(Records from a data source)
+++++

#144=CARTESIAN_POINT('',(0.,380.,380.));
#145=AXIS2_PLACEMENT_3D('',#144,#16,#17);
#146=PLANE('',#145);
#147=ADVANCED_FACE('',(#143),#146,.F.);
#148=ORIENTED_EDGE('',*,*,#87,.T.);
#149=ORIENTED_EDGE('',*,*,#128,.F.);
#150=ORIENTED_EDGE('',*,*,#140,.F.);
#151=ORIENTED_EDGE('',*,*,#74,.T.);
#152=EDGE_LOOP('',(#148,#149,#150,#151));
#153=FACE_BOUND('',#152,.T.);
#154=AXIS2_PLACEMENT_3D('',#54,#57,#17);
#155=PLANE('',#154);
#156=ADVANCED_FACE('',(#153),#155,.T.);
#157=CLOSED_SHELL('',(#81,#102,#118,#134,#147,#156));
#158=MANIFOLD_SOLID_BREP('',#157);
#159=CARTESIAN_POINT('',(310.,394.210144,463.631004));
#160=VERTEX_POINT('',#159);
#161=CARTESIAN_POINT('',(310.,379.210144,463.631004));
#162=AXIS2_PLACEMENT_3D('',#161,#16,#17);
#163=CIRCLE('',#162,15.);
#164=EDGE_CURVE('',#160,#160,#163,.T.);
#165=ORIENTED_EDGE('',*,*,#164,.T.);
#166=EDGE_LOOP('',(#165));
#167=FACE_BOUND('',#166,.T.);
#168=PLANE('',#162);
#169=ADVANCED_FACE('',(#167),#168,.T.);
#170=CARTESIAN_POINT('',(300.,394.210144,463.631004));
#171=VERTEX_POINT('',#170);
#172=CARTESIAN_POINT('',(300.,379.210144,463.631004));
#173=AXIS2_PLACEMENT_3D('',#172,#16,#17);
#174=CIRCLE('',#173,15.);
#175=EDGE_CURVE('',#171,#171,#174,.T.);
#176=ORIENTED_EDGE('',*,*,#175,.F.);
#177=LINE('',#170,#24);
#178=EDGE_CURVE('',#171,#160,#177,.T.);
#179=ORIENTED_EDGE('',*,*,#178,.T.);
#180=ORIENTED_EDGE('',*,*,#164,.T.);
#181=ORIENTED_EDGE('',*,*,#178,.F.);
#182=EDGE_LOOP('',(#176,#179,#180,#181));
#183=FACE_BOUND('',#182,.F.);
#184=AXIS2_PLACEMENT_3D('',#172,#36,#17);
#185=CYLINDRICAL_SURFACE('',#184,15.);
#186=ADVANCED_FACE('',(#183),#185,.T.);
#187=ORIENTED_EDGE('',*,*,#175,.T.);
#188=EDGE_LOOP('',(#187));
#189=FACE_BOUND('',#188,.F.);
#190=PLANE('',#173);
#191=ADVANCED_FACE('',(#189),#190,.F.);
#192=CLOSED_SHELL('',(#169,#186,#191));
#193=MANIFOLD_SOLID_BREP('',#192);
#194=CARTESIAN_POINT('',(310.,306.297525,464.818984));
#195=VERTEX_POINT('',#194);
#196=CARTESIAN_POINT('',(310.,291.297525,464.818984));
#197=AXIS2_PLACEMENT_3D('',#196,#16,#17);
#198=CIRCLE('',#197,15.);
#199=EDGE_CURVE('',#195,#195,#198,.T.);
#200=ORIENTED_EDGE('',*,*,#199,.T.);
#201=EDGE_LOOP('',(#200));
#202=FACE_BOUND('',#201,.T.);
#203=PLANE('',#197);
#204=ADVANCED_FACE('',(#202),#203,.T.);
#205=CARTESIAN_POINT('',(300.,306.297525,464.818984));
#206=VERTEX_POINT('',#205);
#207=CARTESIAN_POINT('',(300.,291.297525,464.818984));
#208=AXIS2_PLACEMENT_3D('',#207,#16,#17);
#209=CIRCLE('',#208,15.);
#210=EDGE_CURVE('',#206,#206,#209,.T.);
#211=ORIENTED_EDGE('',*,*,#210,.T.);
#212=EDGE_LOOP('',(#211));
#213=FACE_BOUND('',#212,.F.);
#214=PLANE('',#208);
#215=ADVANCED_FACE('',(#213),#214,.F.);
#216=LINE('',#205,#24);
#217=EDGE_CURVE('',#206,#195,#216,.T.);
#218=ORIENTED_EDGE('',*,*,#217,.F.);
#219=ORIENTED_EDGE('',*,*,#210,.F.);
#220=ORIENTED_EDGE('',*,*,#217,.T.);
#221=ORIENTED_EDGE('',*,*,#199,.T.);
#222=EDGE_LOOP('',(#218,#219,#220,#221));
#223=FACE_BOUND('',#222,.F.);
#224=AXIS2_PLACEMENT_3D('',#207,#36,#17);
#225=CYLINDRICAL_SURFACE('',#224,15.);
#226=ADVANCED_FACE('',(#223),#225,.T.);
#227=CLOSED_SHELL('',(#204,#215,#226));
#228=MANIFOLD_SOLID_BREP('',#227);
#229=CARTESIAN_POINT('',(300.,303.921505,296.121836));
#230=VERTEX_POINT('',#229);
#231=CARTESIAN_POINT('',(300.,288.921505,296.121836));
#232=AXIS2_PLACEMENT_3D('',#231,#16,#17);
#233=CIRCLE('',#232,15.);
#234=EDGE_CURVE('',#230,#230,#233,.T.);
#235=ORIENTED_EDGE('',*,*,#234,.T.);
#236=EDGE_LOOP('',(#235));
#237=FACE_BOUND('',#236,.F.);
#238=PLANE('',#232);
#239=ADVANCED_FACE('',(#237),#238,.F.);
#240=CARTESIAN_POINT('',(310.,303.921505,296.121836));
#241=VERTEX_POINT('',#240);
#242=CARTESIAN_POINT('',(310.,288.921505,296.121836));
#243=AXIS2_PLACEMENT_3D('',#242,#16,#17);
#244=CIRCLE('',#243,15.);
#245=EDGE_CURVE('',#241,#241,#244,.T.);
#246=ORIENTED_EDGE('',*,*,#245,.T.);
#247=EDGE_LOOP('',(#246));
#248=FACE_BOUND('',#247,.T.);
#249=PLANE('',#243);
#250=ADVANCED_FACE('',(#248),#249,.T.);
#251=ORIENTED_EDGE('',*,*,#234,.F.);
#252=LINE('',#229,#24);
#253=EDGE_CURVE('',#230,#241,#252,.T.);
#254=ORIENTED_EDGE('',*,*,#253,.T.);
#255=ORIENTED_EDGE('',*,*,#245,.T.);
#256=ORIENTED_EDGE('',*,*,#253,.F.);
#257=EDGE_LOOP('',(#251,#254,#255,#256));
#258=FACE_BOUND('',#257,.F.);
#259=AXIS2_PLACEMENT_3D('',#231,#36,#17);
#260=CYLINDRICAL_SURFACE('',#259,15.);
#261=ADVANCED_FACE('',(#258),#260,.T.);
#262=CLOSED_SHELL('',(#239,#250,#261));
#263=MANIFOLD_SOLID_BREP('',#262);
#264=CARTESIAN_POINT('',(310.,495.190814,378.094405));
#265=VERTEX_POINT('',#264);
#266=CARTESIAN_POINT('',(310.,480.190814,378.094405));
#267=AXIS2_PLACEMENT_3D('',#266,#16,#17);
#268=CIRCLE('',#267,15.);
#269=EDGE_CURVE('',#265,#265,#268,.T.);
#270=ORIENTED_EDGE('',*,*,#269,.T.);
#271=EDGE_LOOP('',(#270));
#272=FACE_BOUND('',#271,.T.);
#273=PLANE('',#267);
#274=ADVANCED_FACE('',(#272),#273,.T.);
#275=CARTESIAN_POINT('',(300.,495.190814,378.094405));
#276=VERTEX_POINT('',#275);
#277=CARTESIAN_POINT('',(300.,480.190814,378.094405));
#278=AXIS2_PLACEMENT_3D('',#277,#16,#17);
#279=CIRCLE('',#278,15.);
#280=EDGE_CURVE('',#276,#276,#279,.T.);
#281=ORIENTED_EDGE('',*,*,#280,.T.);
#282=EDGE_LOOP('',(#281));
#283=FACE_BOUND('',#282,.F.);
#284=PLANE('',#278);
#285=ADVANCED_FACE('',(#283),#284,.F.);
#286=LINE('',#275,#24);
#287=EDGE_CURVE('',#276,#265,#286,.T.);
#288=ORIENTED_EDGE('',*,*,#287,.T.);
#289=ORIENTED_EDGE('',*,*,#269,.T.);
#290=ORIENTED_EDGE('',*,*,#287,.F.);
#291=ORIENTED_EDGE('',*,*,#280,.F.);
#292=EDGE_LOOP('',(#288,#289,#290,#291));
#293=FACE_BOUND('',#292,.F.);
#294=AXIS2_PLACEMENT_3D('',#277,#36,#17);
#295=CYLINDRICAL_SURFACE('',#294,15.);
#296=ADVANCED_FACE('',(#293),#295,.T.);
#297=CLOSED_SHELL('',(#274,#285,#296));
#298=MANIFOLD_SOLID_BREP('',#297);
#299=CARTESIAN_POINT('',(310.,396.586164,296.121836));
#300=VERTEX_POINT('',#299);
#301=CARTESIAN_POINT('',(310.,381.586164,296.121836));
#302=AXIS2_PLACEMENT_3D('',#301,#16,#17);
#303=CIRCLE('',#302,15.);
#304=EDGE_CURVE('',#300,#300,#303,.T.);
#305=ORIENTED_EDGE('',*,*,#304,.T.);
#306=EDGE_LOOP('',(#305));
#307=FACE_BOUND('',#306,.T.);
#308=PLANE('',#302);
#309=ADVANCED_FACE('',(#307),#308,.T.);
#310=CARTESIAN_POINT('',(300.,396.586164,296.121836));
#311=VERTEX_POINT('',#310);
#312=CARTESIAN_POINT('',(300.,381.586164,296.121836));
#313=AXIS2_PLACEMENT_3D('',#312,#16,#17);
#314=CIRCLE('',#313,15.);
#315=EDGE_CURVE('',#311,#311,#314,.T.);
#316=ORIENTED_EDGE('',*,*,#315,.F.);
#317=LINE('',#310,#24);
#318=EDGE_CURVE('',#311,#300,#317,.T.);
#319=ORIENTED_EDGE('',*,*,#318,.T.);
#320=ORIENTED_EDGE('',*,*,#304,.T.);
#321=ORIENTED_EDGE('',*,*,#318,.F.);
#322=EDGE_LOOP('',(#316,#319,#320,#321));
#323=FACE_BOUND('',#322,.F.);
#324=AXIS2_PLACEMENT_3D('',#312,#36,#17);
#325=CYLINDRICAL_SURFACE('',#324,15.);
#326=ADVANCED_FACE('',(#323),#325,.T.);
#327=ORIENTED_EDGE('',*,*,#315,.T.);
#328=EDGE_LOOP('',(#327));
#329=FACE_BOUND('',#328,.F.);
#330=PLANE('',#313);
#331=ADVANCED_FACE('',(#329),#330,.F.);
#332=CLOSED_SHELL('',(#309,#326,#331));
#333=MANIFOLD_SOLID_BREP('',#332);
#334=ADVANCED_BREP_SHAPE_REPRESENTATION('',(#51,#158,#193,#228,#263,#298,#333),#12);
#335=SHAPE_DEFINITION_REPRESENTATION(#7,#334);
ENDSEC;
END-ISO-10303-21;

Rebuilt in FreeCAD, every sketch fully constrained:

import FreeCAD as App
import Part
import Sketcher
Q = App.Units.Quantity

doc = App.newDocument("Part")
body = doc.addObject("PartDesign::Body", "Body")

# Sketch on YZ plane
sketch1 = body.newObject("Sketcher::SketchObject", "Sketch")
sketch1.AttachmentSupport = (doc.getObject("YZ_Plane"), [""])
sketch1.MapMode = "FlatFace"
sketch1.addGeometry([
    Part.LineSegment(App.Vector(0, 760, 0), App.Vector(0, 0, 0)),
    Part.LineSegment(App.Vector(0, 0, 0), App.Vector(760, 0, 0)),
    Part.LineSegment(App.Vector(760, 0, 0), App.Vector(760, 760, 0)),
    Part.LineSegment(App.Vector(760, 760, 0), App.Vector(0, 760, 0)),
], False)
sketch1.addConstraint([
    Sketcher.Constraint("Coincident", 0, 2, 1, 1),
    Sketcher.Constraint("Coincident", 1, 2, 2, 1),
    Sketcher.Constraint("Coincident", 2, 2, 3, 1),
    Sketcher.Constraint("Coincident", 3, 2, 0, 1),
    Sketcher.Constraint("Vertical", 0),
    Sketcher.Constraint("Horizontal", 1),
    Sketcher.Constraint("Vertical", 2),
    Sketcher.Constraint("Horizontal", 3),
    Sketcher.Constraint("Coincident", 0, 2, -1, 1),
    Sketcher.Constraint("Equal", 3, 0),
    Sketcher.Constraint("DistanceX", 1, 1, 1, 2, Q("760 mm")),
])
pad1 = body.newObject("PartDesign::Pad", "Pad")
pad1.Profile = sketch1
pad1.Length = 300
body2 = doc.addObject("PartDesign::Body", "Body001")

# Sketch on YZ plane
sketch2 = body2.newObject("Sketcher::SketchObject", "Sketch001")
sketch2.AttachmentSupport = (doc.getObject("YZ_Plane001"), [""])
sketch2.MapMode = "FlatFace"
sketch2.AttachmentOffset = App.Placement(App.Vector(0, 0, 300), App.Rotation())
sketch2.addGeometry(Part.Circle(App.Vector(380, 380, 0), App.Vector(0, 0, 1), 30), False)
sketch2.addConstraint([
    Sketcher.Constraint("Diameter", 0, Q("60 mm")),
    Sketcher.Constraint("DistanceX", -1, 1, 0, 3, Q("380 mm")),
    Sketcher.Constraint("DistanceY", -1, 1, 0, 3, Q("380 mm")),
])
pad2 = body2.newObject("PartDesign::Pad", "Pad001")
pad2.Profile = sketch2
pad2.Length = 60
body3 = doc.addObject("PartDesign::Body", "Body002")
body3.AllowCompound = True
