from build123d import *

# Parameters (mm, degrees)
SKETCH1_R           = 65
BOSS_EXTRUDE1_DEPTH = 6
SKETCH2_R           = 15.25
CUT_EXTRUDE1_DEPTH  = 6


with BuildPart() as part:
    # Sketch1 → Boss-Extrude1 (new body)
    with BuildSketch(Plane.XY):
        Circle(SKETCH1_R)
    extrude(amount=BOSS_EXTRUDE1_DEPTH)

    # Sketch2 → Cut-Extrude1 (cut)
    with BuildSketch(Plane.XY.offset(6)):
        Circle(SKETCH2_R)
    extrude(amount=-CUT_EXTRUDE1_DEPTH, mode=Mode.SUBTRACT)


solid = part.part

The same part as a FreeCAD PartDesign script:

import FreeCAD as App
import Part
import Sketcher

doc = App.newDocument("Part")
body = doc.addObject("PartDesign::Body", "Body")

# Sketch on XY plane
sketch1 = doc.addObject("Sketcher::SketchObject", "Sketch")
body.addObject(sketch1)
sketch1.AttachmentSupport = (doc.XY_Plane, [""])
sketch1.MapMode = "FlatFace"
sketch1.addGeometry(Part.Circle(App.Vector(0, 0, 0), App.Vector(0, 0, 1), 65), False)
sketch1.addConstraint(Sketcher.Constraint("Coincident", 0, 3, -1, 1))
sketch1.addConstraint(Sketcher.Constraint("Diameter", 0, 130.0))
pad1 = doc.addObject("PartDesign::Pad", "Pad")
body.addObject(pad1)
pad1.Profile = sketch1
pad1.Length = 6

# Sketch on XY plane
sketch2 = doc.addObject("Sketcher::SketchObject", "Sketch001")
body.addObject(sketch2)
sketch2.AttachmentSupport = (doc.XY_Plane, [""])
sketch2.MapMode = "FlatFace"
sketch2.AttachmentOffset = App.Placement(App.Vector(0, 0, 6), App.Rotation())
sketch2.addGeometry(Part.Circle(App.Vector(0, 0, 0), App.Vector(0, 0, 1), 15), False)
sketch2.addConstraint(Sketcher.Constraint("Coincident", 0, 3, -1, 1))
sketch2.addConstraint(Sketcher.Constraint("Diameter", 0, 30.5))
pocket1 = doc.addObject("PartDesign::Pocket", "Pocket")
body.addObject(pocket1)
pocket1.Profile = sketch2
pocket1.Length = 6

doc.recompute()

+++++

Looking at the data above, return every line from the one with "#276=VERTEX_POINT('',#275);" down to the one with "#304=EDGE_CURVE('',#300,#300,#303,.T.);", exactly and inclusively.

[WRITTEN SOLUTION]:
#276=VERTEX_POINT('',#275);
#277=CARTESIAN_POINT('',(300.,480.190814,378.094405));
#278=AXIS2_PLACEMENT_3D('',#277,#16,#17);
#279=CIRCLE('',#278,15.);
#280=EDGE_CURVE('',#276,#276,#279,.T.);
#281=ORIENTED_EDGE('',*,*,#280,.T.);
#282=EDGE_LOOP('',(#281));
#283=FACE_BOUND('',#282,.F.);
#284=PLANE('',#278);
#285=ADVANCED_FACE('',(#283),#284,.F.);
#286=LINE('',#275,#24);
#287=EDGE_CURVE('',#276,#265,#286,.T.);
#288=ORIENTED_EDGE('',*,*,#287,.T.);
#289=ORIENTED_EDGE('',*,*,#269,.T.);
#290=ORIENTED_EDGE('',*,*,#287,.F.);
#291=ORIENTED_EDGE('',*,*,#280,.F.);
#292=EDGE_LOOP('',(#288,#289,#290,#291));
#293=FACE_BOUND('',#292,.F.);
#294=AXIS2_PLACEMENT_3D('',#277,#36,#17);
#295=CYLINDRICAL_SURFACE('',#294,15.);
#296=ADVANCED_FACE('',(#293),#295,.T.);
#297=CLOSED_SHELL('',(#274,#285,#296));
#298=MANIFOLD_SOLID_BREP('',#297);
#299=CARTESIAN_POINT('',(310.,396.586164,296.121836));
#300=VERTEX_POINT('',#299);
#301=CARTESIAN_POINT('',(310.,381.586164,296.121836));
#302=AXIS2_PLACEMENT_3D('',#301,#16,#17);
#303=CIRCLE('',#302,15.);
#304=EDGE_CURVE('',#300,#300,#303,.T.);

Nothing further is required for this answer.